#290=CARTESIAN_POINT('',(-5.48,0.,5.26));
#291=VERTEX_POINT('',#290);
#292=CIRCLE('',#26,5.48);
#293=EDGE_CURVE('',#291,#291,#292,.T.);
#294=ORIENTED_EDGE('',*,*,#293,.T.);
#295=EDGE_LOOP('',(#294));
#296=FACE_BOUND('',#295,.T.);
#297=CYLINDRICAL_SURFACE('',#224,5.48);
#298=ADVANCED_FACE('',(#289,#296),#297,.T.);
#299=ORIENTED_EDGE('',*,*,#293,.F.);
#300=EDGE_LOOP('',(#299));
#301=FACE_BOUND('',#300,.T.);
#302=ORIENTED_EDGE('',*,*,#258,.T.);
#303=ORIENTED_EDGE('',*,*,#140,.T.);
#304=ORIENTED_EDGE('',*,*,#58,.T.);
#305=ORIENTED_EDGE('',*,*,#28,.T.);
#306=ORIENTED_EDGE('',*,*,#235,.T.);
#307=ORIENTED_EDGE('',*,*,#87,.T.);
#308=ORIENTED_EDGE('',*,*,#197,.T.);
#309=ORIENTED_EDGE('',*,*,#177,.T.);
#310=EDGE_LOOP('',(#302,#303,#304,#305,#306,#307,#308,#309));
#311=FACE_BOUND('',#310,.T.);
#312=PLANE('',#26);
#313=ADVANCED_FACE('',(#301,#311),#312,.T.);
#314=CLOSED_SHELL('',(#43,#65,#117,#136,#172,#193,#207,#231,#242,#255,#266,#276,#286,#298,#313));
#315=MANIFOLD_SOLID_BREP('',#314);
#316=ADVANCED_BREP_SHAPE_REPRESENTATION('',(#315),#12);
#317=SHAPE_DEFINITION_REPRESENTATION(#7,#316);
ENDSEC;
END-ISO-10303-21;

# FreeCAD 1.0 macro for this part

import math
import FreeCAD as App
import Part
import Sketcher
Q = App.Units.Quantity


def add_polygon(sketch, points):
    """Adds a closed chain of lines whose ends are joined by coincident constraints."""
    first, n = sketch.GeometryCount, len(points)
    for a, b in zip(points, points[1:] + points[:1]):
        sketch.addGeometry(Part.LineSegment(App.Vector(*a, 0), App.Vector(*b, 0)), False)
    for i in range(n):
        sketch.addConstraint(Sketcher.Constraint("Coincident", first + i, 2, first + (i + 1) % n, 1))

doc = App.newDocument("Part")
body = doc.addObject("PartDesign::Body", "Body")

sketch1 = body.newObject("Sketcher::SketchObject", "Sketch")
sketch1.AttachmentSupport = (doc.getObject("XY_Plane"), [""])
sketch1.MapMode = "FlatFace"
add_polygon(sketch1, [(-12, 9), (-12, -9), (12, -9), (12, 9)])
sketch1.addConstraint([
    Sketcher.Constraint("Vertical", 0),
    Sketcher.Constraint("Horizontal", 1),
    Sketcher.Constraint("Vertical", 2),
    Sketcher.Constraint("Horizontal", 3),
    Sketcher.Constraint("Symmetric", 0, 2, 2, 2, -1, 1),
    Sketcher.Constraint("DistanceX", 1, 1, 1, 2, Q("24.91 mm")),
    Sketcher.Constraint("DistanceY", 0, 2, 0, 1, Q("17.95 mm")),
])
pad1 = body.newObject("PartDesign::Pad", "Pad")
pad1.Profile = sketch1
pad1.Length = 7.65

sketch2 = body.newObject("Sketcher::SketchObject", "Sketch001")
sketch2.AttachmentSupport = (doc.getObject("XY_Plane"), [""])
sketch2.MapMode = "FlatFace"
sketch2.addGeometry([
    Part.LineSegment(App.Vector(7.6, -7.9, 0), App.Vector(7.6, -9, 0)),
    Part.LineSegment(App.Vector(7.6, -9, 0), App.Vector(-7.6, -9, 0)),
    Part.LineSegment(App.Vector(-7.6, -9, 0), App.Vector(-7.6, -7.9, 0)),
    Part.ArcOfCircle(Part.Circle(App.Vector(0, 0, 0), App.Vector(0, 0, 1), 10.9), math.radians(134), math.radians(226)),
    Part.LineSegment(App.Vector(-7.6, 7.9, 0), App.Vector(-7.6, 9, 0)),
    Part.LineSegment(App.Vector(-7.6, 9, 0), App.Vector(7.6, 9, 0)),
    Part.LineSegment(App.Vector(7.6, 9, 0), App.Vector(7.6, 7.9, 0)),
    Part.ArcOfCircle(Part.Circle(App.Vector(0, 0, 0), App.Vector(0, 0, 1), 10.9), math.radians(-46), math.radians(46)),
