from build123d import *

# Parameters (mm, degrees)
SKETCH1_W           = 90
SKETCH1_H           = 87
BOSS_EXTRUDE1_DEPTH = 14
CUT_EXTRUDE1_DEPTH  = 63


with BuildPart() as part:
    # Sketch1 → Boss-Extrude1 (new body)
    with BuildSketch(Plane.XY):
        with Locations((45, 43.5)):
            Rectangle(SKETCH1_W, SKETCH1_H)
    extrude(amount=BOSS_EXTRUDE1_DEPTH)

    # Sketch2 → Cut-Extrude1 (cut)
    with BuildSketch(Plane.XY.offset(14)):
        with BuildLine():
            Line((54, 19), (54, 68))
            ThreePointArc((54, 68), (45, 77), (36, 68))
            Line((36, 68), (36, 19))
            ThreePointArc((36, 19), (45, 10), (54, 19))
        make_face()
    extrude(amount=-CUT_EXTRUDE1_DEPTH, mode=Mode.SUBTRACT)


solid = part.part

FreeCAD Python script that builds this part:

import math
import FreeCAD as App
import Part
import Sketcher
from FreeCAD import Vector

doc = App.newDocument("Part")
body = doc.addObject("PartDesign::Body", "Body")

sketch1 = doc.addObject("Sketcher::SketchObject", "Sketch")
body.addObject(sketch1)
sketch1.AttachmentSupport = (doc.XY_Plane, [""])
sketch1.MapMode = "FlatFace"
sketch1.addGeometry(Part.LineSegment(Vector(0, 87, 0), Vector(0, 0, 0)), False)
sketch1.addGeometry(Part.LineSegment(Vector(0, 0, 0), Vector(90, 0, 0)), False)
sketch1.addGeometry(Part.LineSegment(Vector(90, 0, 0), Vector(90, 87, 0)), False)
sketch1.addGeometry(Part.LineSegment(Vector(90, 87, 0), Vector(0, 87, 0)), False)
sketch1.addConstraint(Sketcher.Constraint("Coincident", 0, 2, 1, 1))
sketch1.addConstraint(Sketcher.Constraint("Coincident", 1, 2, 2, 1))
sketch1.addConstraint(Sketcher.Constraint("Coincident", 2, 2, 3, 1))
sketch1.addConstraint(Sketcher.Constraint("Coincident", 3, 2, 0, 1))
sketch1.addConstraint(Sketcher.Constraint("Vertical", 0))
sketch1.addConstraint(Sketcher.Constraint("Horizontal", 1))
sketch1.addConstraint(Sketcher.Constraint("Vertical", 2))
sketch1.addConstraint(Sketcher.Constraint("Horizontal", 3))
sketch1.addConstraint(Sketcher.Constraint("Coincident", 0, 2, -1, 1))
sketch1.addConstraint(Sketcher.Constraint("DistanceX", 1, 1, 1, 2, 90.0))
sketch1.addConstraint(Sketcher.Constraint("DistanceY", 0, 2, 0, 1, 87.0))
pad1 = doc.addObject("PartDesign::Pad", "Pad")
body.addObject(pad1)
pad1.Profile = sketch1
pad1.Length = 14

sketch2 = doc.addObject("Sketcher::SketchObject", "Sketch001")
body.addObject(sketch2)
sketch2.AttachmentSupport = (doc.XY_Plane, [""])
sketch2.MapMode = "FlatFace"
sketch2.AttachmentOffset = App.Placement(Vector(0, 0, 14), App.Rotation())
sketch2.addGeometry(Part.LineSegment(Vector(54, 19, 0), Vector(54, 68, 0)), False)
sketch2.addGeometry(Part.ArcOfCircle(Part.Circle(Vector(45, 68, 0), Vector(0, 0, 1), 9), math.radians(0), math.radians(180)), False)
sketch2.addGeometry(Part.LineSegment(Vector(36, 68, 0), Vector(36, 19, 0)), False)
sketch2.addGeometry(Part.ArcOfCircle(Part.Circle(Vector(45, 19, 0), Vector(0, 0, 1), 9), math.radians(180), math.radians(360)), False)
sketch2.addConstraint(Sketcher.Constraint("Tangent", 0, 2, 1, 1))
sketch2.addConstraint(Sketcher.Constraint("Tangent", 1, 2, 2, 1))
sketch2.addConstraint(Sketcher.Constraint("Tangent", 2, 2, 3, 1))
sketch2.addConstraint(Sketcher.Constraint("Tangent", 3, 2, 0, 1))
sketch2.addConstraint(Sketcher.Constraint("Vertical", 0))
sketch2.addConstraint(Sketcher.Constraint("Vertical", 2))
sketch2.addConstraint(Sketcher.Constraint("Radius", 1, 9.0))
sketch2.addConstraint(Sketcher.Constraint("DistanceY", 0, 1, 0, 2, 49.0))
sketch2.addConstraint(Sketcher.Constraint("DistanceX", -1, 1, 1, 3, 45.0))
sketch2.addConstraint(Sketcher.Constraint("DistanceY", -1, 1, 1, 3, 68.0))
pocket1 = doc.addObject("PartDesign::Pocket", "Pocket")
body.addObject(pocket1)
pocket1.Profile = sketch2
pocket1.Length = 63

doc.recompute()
= = = =
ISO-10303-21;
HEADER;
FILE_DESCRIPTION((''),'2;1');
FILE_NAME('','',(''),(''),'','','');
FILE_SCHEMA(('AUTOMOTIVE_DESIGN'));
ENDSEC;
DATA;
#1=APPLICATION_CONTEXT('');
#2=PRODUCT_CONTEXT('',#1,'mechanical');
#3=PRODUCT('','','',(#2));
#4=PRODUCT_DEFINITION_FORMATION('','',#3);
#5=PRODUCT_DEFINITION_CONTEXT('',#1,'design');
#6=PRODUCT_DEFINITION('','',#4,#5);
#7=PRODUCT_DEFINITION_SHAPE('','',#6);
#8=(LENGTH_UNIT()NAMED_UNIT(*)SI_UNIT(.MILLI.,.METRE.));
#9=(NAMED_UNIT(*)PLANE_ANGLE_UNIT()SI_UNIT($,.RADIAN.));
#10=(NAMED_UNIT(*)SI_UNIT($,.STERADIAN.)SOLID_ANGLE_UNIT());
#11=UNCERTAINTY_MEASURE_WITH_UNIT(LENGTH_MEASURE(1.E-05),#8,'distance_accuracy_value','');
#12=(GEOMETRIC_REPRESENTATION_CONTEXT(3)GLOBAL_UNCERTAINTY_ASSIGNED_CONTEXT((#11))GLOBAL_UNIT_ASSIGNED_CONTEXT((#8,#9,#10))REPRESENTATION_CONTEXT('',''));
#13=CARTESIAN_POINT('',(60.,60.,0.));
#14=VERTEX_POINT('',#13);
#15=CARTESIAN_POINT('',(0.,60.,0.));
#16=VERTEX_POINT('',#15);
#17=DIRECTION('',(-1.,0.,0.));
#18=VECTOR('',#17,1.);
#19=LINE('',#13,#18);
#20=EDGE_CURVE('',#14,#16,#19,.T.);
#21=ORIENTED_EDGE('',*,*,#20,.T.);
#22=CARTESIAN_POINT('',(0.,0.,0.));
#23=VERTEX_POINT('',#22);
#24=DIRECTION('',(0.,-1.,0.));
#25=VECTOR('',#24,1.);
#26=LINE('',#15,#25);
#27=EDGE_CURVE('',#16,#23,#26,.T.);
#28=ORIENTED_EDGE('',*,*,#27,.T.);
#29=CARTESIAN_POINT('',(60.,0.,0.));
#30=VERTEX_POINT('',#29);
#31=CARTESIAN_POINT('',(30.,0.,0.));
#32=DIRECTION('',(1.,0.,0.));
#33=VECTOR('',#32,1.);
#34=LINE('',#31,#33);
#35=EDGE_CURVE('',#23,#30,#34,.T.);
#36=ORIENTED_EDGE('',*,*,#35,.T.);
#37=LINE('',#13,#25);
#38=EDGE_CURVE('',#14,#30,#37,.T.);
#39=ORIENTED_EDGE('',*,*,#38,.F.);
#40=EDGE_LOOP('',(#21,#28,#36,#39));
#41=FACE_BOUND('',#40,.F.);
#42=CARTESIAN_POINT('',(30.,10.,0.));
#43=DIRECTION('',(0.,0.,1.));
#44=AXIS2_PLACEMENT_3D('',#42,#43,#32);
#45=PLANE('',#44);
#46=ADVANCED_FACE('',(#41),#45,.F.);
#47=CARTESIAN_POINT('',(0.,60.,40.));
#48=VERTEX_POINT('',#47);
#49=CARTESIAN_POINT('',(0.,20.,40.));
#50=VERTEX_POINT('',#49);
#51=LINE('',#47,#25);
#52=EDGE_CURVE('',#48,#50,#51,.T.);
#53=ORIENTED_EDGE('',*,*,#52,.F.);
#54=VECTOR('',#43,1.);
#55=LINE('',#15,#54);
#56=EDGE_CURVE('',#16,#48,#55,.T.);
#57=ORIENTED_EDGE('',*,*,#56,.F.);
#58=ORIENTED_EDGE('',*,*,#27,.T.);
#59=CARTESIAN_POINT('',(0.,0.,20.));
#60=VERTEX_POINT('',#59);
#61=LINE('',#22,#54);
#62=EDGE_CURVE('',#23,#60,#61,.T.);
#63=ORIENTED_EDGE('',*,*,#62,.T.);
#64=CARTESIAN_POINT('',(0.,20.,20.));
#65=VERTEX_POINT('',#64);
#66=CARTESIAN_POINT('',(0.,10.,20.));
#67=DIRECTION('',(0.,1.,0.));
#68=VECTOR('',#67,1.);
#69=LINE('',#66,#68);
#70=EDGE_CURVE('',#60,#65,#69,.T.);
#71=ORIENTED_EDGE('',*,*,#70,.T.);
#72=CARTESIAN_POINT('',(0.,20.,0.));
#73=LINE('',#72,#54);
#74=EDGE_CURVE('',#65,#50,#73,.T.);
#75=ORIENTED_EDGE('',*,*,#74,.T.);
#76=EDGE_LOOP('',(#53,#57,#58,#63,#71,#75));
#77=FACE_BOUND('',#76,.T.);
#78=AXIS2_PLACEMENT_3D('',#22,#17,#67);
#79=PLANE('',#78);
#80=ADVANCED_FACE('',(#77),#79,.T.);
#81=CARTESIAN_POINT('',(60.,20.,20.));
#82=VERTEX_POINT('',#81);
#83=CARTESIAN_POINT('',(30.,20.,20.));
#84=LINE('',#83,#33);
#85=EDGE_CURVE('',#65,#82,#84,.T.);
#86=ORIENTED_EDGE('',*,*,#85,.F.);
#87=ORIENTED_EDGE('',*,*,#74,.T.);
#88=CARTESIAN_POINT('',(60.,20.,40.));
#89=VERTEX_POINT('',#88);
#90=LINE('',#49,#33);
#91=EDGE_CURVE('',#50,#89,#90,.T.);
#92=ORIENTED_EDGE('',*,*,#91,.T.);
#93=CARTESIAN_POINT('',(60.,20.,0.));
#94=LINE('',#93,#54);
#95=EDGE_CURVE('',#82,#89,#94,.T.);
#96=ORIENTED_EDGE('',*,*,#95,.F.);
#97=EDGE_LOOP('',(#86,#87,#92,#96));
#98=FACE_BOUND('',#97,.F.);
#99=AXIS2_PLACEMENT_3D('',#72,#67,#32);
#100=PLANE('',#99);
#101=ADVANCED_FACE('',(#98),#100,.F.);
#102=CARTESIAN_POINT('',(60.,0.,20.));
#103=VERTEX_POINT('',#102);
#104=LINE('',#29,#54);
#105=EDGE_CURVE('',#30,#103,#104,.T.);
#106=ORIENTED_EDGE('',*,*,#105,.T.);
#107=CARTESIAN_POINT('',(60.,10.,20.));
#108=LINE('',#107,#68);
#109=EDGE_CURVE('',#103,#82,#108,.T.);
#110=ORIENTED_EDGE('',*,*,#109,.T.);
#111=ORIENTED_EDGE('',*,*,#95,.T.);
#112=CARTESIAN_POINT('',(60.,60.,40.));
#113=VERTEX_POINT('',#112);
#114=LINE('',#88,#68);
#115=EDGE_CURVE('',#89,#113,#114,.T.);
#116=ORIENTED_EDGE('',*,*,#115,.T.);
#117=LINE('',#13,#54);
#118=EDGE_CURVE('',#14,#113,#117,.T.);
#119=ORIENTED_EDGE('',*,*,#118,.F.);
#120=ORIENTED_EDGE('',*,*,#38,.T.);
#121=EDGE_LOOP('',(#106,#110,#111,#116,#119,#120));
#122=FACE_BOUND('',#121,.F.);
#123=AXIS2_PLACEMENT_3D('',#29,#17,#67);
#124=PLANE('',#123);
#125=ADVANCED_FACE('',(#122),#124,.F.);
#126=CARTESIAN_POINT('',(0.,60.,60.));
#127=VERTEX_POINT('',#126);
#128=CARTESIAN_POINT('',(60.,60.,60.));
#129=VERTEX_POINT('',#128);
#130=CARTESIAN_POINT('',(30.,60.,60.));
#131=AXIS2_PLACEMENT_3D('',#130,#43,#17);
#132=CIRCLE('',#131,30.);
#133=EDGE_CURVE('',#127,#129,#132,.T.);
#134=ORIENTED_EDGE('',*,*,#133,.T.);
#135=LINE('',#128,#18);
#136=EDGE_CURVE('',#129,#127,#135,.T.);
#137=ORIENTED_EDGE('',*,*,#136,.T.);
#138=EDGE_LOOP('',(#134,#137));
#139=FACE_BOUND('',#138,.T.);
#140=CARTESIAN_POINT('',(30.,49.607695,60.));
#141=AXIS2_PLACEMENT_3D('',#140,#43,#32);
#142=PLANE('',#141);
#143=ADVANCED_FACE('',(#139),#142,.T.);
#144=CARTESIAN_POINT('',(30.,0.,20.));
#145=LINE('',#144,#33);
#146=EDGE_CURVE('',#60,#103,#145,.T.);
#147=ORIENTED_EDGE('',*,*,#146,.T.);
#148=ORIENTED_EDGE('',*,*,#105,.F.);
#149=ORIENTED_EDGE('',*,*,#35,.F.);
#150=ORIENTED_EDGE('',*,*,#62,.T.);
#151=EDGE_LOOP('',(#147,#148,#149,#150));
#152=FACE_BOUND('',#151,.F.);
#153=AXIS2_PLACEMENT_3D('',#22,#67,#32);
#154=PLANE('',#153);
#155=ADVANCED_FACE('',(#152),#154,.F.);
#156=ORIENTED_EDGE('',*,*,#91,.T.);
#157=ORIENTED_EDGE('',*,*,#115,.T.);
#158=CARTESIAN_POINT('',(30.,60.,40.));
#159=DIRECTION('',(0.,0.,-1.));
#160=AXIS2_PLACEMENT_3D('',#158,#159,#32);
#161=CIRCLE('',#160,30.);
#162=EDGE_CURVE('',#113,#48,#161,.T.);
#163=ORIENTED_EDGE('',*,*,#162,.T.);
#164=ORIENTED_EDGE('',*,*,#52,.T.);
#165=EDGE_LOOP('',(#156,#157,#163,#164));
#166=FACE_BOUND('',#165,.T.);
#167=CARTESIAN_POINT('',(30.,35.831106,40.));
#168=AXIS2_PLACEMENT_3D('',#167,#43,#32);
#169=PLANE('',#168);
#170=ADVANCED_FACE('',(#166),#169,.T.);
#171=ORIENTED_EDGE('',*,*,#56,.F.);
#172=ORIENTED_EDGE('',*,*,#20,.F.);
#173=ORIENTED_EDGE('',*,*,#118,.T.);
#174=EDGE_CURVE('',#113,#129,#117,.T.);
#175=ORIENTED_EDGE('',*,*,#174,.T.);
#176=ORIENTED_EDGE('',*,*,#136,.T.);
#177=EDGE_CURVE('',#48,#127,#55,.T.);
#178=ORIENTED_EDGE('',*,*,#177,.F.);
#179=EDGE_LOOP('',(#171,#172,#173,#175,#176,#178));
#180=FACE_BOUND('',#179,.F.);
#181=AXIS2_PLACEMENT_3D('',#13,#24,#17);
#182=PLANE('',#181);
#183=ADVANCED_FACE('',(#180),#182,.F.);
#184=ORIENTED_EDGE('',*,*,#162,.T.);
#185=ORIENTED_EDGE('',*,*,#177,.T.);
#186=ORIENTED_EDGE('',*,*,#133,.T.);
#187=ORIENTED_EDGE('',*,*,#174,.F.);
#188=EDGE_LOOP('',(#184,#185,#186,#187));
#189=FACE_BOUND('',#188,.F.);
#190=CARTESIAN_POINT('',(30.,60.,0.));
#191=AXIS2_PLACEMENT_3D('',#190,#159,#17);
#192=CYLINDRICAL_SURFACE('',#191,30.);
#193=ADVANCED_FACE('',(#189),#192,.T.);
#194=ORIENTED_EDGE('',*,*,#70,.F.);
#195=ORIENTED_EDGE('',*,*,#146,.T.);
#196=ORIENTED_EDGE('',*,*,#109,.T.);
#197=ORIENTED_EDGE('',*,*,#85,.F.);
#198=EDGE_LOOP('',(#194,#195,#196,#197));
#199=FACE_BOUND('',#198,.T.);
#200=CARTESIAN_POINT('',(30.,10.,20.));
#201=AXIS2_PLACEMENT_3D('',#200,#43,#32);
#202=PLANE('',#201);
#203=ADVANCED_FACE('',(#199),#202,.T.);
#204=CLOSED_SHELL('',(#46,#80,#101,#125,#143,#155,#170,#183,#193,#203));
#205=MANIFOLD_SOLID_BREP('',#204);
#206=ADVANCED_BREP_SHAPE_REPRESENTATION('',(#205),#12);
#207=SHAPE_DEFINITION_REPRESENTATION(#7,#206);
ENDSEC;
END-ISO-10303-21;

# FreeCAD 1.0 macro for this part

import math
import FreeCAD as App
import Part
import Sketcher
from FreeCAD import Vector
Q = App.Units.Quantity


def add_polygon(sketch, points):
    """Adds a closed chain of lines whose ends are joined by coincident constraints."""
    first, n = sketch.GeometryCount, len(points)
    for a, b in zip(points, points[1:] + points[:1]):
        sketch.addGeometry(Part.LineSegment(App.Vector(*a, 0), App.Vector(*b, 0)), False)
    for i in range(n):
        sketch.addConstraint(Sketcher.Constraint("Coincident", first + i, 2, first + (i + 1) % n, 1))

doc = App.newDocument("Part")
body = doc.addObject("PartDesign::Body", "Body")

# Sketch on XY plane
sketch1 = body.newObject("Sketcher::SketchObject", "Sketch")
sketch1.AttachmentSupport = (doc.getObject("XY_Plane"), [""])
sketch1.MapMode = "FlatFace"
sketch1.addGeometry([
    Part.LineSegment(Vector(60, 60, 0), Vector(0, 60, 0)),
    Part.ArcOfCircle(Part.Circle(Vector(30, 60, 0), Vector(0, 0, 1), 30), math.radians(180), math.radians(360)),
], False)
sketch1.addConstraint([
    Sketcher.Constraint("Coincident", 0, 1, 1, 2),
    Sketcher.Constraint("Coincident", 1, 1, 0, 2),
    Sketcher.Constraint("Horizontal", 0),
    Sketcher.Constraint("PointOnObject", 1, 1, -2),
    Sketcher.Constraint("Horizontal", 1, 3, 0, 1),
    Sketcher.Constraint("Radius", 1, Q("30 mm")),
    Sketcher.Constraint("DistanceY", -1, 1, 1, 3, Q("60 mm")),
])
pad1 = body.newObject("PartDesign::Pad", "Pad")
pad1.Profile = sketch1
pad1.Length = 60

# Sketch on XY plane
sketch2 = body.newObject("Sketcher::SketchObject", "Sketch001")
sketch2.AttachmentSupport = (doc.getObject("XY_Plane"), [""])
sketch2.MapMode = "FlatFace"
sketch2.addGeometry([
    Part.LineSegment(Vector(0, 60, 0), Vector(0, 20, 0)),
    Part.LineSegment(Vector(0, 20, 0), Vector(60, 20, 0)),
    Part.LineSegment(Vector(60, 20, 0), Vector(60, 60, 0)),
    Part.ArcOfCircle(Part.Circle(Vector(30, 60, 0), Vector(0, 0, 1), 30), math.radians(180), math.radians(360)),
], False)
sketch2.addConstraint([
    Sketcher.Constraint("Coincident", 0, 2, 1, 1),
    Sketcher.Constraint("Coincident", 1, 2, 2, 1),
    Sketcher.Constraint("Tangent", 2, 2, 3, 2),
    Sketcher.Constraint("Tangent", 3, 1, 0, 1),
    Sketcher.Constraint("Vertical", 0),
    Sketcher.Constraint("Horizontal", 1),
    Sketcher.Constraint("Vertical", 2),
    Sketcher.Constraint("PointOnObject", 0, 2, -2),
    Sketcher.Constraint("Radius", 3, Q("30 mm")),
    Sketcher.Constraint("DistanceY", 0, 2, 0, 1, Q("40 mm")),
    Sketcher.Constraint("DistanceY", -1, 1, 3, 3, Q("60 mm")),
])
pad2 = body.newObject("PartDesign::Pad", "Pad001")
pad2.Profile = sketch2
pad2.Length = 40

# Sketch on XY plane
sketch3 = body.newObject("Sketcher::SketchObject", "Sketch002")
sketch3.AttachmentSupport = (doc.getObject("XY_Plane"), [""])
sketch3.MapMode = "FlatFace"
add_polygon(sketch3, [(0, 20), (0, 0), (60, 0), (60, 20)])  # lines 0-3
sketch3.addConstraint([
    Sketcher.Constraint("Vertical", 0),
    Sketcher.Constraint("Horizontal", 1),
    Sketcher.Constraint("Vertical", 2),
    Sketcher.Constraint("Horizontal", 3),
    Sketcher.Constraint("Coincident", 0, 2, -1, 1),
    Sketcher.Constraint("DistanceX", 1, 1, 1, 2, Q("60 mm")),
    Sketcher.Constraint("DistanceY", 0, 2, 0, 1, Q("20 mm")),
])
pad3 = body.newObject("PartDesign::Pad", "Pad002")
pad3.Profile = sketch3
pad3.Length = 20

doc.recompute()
= = = =
## THE TASK
I'd like the lines above from the one with "FILE_SCHEMA(('AUTOMOTIVE_DESIGN'));" up to and including the one with "#5=PRODUCT_DEFINITION_CONTEXT('',#1,'design');" copied exactly, with no other lines.

## FINAL ANSWER
FILE_SCHEMA(('AUTOMOTIVE_DESIGN'));
ENDSEC;
DATA;
#1=APPLICATION_CONTEXT('');
#2=PRODUCT_CONTEXT('',#1,'mechanical');
#3=PRODUCT('','','',(#2));
#4=PRODUCT_DEFINITION_FORMATION('','',#3);
#5=PRODUCT_DEFINITION_CONTEXT('',#1,'design');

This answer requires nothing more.